Top of Materials provided

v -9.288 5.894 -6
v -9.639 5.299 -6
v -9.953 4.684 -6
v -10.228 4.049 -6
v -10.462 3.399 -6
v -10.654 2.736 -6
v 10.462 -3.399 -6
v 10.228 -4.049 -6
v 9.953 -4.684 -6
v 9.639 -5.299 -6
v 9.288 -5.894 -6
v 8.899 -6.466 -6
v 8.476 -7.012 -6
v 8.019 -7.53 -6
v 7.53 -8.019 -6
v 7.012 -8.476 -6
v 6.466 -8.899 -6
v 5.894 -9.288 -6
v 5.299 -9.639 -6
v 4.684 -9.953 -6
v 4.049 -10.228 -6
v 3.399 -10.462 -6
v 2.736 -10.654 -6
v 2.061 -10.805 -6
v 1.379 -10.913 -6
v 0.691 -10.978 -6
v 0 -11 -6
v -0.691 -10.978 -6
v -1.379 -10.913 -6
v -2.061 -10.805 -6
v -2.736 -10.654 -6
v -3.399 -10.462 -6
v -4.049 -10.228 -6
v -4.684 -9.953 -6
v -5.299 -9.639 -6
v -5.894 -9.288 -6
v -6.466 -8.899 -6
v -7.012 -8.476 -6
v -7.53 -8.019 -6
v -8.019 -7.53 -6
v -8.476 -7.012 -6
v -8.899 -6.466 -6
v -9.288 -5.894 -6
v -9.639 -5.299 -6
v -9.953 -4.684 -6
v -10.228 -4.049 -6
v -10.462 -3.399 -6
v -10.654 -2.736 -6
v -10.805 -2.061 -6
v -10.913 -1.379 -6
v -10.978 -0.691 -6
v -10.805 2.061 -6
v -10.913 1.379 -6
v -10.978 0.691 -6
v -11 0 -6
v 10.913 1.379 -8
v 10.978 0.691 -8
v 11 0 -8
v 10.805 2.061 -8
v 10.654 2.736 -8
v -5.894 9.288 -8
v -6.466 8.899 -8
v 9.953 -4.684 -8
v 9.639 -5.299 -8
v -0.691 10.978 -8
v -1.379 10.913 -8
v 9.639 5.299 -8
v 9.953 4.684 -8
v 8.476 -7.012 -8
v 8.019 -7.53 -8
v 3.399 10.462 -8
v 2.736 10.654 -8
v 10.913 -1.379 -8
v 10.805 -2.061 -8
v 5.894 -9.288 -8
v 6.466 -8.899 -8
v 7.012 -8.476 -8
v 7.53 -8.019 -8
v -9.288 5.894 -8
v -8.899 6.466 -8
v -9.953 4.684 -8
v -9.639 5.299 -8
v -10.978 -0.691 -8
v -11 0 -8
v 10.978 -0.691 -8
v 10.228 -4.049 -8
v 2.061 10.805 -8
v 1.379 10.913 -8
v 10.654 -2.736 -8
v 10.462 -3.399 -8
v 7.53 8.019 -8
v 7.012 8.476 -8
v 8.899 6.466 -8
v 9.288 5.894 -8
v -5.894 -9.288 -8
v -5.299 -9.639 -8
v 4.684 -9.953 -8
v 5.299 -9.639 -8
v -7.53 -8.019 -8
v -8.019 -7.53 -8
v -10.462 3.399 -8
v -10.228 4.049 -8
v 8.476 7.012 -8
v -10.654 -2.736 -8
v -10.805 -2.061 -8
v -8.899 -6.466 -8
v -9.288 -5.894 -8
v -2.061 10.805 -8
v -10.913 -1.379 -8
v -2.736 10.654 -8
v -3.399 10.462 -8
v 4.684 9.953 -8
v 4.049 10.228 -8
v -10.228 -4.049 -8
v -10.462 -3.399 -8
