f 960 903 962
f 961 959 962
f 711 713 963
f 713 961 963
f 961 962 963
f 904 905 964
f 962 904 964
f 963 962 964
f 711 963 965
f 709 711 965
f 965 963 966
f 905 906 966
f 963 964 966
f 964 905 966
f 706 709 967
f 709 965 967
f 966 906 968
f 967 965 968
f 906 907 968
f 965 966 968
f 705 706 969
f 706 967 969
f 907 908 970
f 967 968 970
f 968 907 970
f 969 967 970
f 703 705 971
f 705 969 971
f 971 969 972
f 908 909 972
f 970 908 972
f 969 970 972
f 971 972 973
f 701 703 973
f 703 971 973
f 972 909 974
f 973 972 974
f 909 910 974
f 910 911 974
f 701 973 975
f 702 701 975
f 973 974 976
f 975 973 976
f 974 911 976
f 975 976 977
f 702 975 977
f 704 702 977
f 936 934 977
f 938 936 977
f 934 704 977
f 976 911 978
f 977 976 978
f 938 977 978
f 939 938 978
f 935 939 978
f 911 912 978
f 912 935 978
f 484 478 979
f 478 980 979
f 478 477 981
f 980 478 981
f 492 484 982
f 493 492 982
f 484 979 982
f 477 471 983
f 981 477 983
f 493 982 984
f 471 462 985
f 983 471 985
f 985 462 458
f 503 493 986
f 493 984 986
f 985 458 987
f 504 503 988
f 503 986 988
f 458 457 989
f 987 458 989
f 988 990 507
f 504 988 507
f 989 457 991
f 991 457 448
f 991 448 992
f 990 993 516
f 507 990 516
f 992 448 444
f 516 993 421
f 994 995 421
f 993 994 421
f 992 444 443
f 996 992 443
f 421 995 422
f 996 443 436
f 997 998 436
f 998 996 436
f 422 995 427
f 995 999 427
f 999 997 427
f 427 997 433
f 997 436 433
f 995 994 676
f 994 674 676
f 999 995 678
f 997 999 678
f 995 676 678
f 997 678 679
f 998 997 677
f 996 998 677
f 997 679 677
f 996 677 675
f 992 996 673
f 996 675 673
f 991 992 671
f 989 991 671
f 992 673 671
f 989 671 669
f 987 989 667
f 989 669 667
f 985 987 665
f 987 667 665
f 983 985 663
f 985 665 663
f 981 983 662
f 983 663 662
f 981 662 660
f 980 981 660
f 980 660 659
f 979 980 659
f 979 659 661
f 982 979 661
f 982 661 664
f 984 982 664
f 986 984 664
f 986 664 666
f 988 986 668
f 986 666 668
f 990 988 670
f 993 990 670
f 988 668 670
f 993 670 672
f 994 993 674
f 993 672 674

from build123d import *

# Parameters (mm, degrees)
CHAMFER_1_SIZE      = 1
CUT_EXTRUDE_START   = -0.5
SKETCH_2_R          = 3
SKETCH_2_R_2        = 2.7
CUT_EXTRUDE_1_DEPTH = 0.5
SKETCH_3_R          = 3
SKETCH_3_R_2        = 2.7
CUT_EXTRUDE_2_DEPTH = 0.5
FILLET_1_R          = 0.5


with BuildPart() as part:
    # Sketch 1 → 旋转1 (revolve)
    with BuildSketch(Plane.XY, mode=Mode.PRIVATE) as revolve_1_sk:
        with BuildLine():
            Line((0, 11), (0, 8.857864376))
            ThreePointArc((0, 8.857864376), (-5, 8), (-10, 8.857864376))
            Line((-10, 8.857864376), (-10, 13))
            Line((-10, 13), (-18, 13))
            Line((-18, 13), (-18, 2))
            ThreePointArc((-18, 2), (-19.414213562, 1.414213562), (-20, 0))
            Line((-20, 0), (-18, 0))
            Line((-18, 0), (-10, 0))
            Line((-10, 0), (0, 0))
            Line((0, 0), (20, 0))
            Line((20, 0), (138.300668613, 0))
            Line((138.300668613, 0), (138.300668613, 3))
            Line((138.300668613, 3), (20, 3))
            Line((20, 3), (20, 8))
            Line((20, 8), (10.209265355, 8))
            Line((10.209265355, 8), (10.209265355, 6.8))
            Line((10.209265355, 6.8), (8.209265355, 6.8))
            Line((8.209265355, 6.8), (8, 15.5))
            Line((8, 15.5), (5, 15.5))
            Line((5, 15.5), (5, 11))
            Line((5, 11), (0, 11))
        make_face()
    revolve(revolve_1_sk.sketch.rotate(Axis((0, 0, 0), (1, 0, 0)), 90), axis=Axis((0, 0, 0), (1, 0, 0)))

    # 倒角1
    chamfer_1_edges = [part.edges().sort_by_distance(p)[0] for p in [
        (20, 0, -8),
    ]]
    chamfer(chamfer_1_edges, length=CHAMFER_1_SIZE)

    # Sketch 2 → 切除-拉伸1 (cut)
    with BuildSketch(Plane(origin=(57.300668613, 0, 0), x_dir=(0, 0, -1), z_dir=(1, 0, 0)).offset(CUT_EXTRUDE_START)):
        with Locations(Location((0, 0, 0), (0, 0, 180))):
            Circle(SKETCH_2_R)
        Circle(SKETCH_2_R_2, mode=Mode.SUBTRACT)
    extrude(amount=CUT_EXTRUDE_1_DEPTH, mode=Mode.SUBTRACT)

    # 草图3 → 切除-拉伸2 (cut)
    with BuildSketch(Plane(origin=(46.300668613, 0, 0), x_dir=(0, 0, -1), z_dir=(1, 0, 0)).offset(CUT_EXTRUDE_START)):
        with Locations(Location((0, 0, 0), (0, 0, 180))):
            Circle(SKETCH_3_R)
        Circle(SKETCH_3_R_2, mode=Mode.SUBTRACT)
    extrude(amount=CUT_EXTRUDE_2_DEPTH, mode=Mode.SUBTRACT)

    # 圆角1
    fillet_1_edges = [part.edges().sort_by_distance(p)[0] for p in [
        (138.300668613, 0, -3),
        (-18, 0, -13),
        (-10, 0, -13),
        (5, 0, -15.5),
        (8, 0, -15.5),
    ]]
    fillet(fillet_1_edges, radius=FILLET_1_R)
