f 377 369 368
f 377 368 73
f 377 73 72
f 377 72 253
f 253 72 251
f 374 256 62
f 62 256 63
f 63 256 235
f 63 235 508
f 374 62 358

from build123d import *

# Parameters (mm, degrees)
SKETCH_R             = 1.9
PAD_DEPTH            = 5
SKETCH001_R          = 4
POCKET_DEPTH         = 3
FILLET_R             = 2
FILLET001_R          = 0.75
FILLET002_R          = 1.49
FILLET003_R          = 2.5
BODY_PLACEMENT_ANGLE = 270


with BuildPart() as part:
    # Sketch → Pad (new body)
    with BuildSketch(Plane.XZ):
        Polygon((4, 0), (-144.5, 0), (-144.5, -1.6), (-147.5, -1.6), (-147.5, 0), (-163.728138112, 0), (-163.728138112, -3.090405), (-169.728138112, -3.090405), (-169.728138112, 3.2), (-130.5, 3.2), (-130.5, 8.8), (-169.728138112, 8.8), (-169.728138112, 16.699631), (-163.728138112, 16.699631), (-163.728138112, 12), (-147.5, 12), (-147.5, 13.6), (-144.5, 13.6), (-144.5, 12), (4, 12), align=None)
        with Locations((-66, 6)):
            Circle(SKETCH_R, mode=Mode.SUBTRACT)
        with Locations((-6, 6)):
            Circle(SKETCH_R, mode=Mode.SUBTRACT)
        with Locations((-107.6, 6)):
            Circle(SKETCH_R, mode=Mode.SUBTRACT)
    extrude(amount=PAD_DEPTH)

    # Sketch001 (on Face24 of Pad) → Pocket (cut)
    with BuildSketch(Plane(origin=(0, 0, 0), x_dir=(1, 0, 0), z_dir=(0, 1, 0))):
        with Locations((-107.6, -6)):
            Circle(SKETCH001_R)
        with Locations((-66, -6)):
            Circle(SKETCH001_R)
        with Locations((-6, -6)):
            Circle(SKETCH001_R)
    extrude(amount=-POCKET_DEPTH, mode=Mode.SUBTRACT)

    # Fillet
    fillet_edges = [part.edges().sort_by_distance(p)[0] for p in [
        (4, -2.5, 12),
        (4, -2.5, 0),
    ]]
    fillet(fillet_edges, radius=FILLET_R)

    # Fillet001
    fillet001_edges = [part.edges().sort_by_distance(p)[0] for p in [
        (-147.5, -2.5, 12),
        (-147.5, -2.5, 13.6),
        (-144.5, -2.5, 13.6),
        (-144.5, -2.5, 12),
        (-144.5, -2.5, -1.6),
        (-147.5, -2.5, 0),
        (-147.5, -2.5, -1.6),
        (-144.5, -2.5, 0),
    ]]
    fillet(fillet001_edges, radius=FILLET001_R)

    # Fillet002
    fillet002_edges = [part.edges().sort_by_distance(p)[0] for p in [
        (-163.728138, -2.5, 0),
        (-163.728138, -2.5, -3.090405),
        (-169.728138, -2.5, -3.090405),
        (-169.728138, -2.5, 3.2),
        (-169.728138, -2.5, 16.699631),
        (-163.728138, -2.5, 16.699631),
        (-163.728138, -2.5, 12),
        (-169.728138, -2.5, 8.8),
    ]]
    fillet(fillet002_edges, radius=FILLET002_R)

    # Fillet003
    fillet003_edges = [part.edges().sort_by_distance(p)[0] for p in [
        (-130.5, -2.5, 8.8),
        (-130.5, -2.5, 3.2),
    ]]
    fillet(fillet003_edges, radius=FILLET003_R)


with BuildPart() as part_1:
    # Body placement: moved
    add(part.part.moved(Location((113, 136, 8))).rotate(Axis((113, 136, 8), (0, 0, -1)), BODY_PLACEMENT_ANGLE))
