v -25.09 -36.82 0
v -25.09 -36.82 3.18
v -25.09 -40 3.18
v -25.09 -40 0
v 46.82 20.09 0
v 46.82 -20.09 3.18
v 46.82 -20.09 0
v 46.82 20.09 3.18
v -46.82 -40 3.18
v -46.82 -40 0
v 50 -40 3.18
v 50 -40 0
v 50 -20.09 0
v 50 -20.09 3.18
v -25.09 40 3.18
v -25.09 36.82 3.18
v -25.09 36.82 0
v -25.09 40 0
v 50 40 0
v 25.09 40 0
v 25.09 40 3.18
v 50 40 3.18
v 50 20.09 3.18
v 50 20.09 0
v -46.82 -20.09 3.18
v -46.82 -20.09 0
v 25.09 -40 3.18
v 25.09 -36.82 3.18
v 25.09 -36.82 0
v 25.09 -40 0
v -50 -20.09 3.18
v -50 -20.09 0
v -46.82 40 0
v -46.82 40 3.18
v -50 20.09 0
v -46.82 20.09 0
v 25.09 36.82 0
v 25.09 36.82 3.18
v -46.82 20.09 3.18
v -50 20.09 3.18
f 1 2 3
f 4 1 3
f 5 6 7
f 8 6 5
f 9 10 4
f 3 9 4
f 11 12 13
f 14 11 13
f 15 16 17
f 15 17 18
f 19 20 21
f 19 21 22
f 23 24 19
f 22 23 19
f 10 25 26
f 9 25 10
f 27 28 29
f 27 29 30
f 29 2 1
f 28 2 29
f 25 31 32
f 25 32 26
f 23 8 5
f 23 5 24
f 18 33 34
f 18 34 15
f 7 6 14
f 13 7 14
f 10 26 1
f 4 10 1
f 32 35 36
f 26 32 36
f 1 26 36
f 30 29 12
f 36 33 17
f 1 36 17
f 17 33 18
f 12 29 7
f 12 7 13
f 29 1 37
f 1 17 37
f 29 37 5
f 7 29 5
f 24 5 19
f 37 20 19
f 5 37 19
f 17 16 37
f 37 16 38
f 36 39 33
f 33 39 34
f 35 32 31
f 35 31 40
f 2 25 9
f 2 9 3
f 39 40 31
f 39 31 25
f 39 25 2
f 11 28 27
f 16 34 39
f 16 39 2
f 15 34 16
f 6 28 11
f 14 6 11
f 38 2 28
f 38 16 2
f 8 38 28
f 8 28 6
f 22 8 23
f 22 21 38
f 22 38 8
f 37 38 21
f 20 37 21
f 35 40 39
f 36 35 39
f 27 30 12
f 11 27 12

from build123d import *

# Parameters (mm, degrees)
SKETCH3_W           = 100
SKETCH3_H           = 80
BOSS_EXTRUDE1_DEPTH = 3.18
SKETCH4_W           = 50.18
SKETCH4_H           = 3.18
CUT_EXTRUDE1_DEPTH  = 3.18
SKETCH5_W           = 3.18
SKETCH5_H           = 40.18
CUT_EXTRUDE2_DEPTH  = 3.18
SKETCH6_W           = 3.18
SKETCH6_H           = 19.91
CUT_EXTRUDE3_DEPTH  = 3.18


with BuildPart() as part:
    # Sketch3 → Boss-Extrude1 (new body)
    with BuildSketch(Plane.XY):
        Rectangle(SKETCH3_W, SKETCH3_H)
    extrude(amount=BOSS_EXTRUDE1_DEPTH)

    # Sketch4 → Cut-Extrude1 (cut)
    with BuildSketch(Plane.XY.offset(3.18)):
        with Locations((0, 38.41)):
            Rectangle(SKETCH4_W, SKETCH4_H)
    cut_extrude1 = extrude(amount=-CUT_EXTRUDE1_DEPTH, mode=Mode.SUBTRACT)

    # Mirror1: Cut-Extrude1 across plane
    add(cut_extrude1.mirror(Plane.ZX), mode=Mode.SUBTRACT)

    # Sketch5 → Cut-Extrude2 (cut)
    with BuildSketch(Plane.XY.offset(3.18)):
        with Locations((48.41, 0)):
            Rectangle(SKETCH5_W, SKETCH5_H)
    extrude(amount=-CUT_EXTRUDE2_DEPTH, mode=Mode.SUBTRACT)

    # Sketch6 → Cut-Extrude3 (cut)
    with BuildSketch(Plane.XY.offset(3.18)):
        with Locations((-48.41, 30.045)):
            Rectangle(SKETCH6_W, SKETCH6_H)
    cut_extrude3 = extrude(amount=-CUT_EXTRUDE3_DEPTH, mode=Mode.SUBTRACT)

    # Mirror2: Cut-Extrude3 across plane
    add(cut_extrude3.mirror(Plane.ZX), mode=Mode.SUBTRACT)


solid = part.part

Bottom of Materials provided

> What needs to be done
Show every line of the data that includes the string "moved".

> Written reply
    # Body placement: moved
    add(part.part.moved(Location((113, 136, 8))).rotate(Axis((113, 136, 8), (0, 0, -1)), BODY_PLACEMENT_ANGLE))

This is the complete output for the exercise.